5.    Obat yang dipilih
a.    Metronidazole
Metronidazole merupakan obat pilihan dari golongan anti-parasit yang memiliki aktifitas mikroba untuk bakteri anaerob. Obat ini menjadi rekomendasi pertama untuk mengeradikasi bakteri penyebab tetanus selain penisilin.
b.    Golongan GABAnergik

-    Diazepam
-    Karbamazepin
-    Klorpromazin
-    Barbiturat
-    Fenobarbital
-    Midazolam
-    Fenothiazin

Obat yang dipilih adalah diazepam. Diazepam memiliki jalur rute pemberian yang bervariasi, termasuk jalur rektal. Hal ini menjadi nilai lebih karena akan mempermudah pemberian obat pada pasien yang mengalami kejang atau spasme otot. Diazepam juga digunakan sebagai obat lini pertama untuk mengatasi kejang dan spasme otot karena mekanismenya yang mendepresi semua tingkatan sistem saraf pusat, termasuk bentukan limbic dan reticular, mungkin dengan meningkatkan aktivitas GABA. Sedangkan obat yang lain adalah obat lini kedua, sesuai dengan urutan algoritmanya yaitu fenothiazin, fenobarbital, dan midazolam.
6.    BSO dan Dosis
a.    Metronidazole
Metronidazole diberikan melalui intravena dengan dosis pediatric 10-15mg/kgBB/hari  dengan dosis terbagi setiap 8 jam. Dapat juga diberikan setiap 12 jam. Dosis maksimal sehari adalah 2 gr/hari. Lama pemberian yaitu 14 hari dengan observasi keadaan klinis pasien. Karena Berat badan anak tidak diketahui, maka perlu dihitung dosis anak dengan rumus Young. Dosis maksimal dewasa 4 gr/ hari dengan dosis terbagi setiap 12 jam. Dengan dosis dewasa ini dapat dihitung dosis anak, sebagai berikut. (IPD FKUI)

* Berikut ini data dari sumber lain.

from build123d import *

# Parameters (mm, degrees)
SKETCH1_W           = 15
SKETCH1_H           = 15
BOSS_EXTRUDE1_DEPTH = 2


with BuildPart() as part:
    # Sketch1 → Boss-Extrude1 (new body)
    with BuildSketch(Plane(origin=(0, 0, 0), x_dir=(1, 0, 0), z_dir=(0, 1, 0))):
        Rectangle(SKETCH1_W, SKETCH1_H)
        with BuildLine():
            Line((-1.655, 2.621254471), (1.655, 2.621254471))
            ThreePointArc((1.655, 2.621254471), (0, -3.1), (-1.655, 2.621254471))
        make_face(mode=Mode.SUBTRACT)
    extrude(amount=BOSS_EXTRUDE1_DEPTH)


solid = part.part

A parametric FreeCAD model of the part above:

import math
import FreeCAD as App
import Part
import Sketcher
from FreeCAD import Vector
Q = App.Units.Quantity

doc = App.newDocument("Part")
body = doc.addObject("PartDesign::Body", "Body")

sketch1 = doc.addObject("Sketcher::SketchObject", "Sketch")
body.addObject(sketch1)
sketch1.AttachmentSupport = (doc.XZ_Plane, [""])
sketch1.MapMode = "FlatFace"
sketch1.addGeometry(Part.LineSegment(Vector(-7.5, -7.5, 0), Vector(-7.5, 7.5, 0)), False)
sketch1.addGeometry(Part.LineSegment(Vector(-7.5, 7.5, 0), Vector(7.5, 7.5, 0)), False)
sketch1.addGeometry(Part.LineSegment(Vector(7.5, 7.5, 0), Vector(7.5, -7.5, 0)), False)
sketch1.addGeometry(Part.LineSegment(Vector(7.5, -7.5, 0), Vector(-7.5, -7.5, 0)), False)
sketch1.addGeometry(Part.ArcOfCircle(Part.Circle(Vector(0, 0, 0), Vector(0, 0, 1), 3.1), math.radians(-57.732624), math.radians(237.732624)), False)
sketch1.addGeometry(Part.LineSegment(Vector(-1.655, -2.621254, 0), Vector(1.655, -2.621254, 0)), False)
sketch1.addConstraint(Sketcher.Constraint("Coincident", 0, 2, 1, 1))
sketch1.addConstraint(Sketcher.Constraint("Coincident", 1, 2, 2, 1))
sketch1.addConstraint(Sketcher.Constraint("Coincident", 2, 2, 3, 1))
sketch1.addConstraint(Sketcher.Constraint("Coincident", 3, 2, 0, 1))
sketch1.addConstraint(Sketcher.Constraint("Coincident", 4, 1, 5, 2))
sketch1.addConstraint(Sketcher.Constraint("Coincident", 5, 1, 4, 2))
sketch1.addConstraint(Sketcher.Constraint("Vertical", 0))
sketch1.addConstraint(Sketcher.Constraint("Horizontal", 1))
sketch1.addConstraint(Sketcher.Constraint("Vertical", 2))
sketch1.addConstraint(Sketcher.Constraint("Horizontal", 3))
sketch1.addConstraint(Sketcher.Constraint("Horizontal", 5))
sketch1.addConstraint(Sketcher.Constraint("Coincident", 4, 3, -1, 1))
sketch1.addConstraint(Sketcher.Constraint("Symmetric", 0, 2, 2, 2, -1, 1))
sketch1.addConstraint(Sketcher.Constraint("Equal", 3, 0))
sketch1.addConstraint(Sketcher.Constraint("Radius", 4, Q("3.1 mm")))
sketch1.addConstraint(Sketcher.Constraint("DistanceX", 1, 1, 1, 2, Q("15 mm")))
sketch1.addConstraint(Sketcher.Constraint("DistanceX", 5, 1, 5, 2, Q("3.31 mm")))
pad1 = doc.addObject("PartDesign::Pad", "Pad")
body.addObject(pad1)
pad1.Profile = sketch1
pad1.Length = 2
pad1.Reversed = True

doc.recompute()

Dosis anak    = ( usia (th)/usia (th) + 12 ) x dosis maksimal dewasa
        = ( 3 / 3 + 12 ) x 4 gr
Dosis anak    = 0,8 gr atau 800 mg -> dosis maksimal sehari
        = 800 / 2 -> krn dosis terbagi sehari tiap 12 jam (2 kali pemberian)
        = 400 mg -> dosis sekali pemberian
b.    Diazepam
Sediaan yang digunakan adalah injeksi intravena, karena sediaan ini cocok dan mudah diberikan pada pasien yang mengalami kejang atau spasme otot dengan keadaan tidak sadar. Dosis pemberian diazepam intravena pada dewasa adalah 0,5 mg / kg BB / hari. Dengan berat badan normal orang dewasa 60 kg, didapatkan dosis satu hari pada orang dewasa adalah 30 mg. Karena Berat badan anak tidak diketahui, maka perlu dihitung dosis anak dengan rumus. Jadi dosis anak dapat dihitung sebagai berikut.

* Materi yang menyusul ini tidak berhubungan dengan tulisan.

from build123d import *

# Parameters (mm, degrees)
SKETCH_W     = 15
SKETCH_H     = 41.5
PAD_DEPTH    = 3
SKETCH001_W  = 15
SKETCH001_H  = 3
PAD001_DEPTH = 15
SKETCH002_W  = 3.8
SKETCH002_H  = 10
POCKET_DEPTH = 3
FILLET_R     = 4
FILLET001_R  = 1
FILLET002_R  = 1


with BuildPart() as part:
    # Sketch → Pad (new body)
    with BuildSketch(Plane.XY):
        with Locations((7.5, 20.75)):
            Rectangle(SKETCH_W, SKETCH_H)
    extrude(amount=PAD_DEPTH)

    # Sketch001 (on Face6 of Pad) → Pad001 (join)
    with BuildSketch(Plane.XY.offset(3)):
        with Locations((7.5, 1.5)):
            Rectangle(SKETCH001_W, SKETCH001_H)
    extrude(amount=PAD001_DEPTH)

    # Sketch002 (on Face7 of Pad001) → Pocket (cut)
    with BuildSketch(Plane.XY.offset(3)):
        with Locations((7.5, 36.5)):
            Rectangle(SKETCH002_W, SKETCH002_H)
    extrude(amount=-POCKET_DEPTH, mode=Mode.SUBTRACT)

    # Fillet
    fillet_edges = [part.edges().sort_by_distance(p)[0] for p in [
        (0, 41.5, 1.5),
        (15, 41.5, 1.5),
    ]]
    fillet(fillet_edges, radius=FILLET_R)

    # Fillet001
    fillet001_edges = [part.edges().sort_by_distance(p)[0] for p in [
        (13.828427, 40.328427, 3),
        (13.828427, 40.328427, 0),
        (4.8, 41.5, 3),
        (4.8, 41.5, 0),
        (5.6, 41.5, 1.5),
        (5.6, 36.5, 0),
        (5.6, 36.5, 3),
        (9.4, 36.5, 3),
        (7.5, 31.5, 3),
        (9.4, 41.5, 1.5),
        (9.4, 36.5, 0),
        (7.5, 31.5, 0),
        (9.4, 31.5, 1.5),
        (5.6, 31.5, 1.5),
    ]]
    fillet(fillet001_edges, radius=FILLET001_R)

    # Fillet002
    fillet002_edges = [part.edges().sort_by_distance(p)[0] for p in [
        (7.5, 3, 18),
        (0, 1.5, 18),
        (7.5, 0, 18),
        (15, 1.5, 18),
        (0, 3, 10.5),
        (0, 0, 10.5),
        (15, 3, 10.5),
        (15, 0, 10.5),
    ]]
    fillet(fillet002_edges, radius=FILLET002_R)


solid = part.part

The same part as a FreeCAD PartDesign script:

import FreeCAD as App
import Part
import Sketcher

V = App.Vector


def edges_at(feature, points):
    """Names of the edges that pass closest to the given points."""
    edges = feature.Shape.Edges
    near = lambda p: min(range(len(edges)), key=lambda i: edges[i].distToShape(Part.Vertex(*p))[0])
    return sorted({f"Edge{near(p) + 1}" for p in points})


def add_polygon(sketch, points):
    """Adds a closed chain of lines whose ends are joined by coincident constraints."""
    first, n = sketch.GeometryCount, len(points)
    for a, b in zip(points, points[1:] + points[:1]):
        sketch.addGeometry(Part.LineSegment(App.Vector(*a, 0), App.Vector(*b, 0)), False)
    for i in range(n):
        sketch.addConstraint(Sketcher.Constraint("Coincident", first + i, 2, first + (i + 1) % n, 1))

doc = App.newDocument("Part")
body = doc.addObject("PartDesign::Body", "Body")

sketch1 = body.newObject("Sketcher::SketchObject", "Sketch")
sketch1.AttachmentSupport = (doc.getObject("XY_Plane"), [""])
sketch1.MapMode = "FlatFace"
add_polygon(sketch1, [(0, 42), (0, 0), (15, 0), (15, 42)])
sketch1.addConstraint([
    Sketcher.Constraint("Vertical", 0),
    Sketcher.Constraint("Horizontal", 1),
    Sketcher.Constraint("Vertical", 2),
    Sketcher.Constraint("Horizontal", 3),
    Sketcher.Constraint("Coincident", 0, 2, -1, 1),
    Sketcher.Constraint("DistanceX", 1, 1, 1, 2, 15.0),
    Sketcher.Constraint("DistanceY", 0, 2, 0, 1, 41.5),
])
pad1 = body.newObject("PartDesign::Pad", "Pad")
pad1.Profile = sketch1
pad1.Length = 3

sketch2 = body.newObject("Sketcher::SketchObject", "Sketch001")
sketch2.AttachmentSupport = (doc.getObject("XY_Plane"), [""])
sketch2.MapMode = "FlatFace"
sketch2.AttachmentOffset = App.Placement(V(0, 0, 3), App.Rotation())
add_polygon(sketch2, [(0, 3), (0, 0), (15, 0), (15, 3)])
sketch2.addConstraint([
    Sketcher.Constraint("Vertical", 0),
    Sketcher.Constraint("Horizontal", 1),
    Sketcher.Constraint("Vertical", 2),
    Sketcher.Constraint("Horizontal", 3),
    Sketcher.Constraint("Coincident", 0, 2, -1, 1),
    Sketcher.Constraint("DistanceX", 1, 1, 1, 2, 15.0),
    Sketcher.Constraint("DistanceY", 0, 2, 0, 1, 3.0),
])
pad2 = body.newObject("PartDesign::Pad", "Pad001")
pad2.Profile = sketch2
pad2.Length = 15

sketch3 = body.newObject("Sketcher::SketchObject", "Sketch002")
sketch3.AttachmentSupport = (doc.getObject("XY_Plane"), [""])
sketch3.MapMode = "FlatFace"
sketch3.AttachmentOffset = App.Placement(V(0, 0, 3), App.Rotation())
add_polygon(sketch3, [(5.6, 41.5), (5.6, 31.5), (9.4, 31.5), (9.4, 41.5)])
sketch3.addConstraint([
    Sketcher.Constraint("Vertical", 0),
    Sketcher.Constraint("Horizontal", 1),
    Sketcher.Constraint("Vertical", 2),
    Sketcher.Constraint("Horizontal", 3),
    Sketcher.Constraint("DistanceY", 0, 2, 0, 1, 10.0),
    Sketcher.Constraint("DistanceX", 1, 1, 1, 2, 3.8),
    Sketcher.Constraint("DistanceX", -1, 1, 0, 2, 5.6),
    Sketcher.Constraint("DistanceY", -1, 1, 0, 2, 31.5),
])
pocket1 = body.newObject("PartDesign::Pocket", "Pocket")
pocket1.Profile = sketch3
pocket1.Length = 3
doc.recompute()

fillet = body.newObject("PartDesign::Fillet", "Fillet")
fillet.Base = (pocket1, edges_at(pocket1, [(0, 41.5, 1.5), (15, 41.5, 1.5)]))
fillet.Radius = 4
doc.recompute()

fillet2 = body.newObject("PartDesign::Fillet", "Fillet001")
fillet2.Base = (fillet, edges_at(fillet, [
    (13.828, 40.328, 3),
    (13.828, 40.328, 0),
    (4.8, 41.5, 3),
    (4.8, 41.5, 0),
    (5.6, 41.5, 1.5),
    (5.6, 36.5, 0),
    (5.6, 36.5, 3),
    (9.4, 36.5, 3),
    (7.5, 31.5, 3),
    (9.4, 41.5, 1.5),
    (9.4, 36.5, 0),
    (7.5, 31.5, 0),
    (9.4, 31.5, 1.5),
    (5.6, 31.5, 1.5),
]))
fillet2.Radius = 1
doc.recompute()

fillet3 = body.newObject("PartDesign::Fillet", "Fillet002")
fillet3.Base = (fillet2, edges_at(fillet2, [
    (7.5, 3, 18),
    (0, 1.5, 18),
    (7.5, 0, 18),
    (15, 1.5, 18),
    (0, 3, 10),
    (0, 0, 9.5),
    (15, 3, 10),
    (15, 0, 9.5),
]))
fillet3.Radius = 1

doc.recompute()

Dosis anak    = ( usia (th)/usia (th) + 12 ) x dosis maksimal dewasa
        = ( 3 / 3 + 12 ) x 30 mg
        = 6 gr / 60 kg
        = 0,1 mg/kgBB/hari -> dosis anak
Berat badan anak usia 3 tahun sekitar 12 kg. Maka dosis satu kali pemberian pada kasus ini adalah 0,1 x 12 = 1,2 mg injeksi intravena.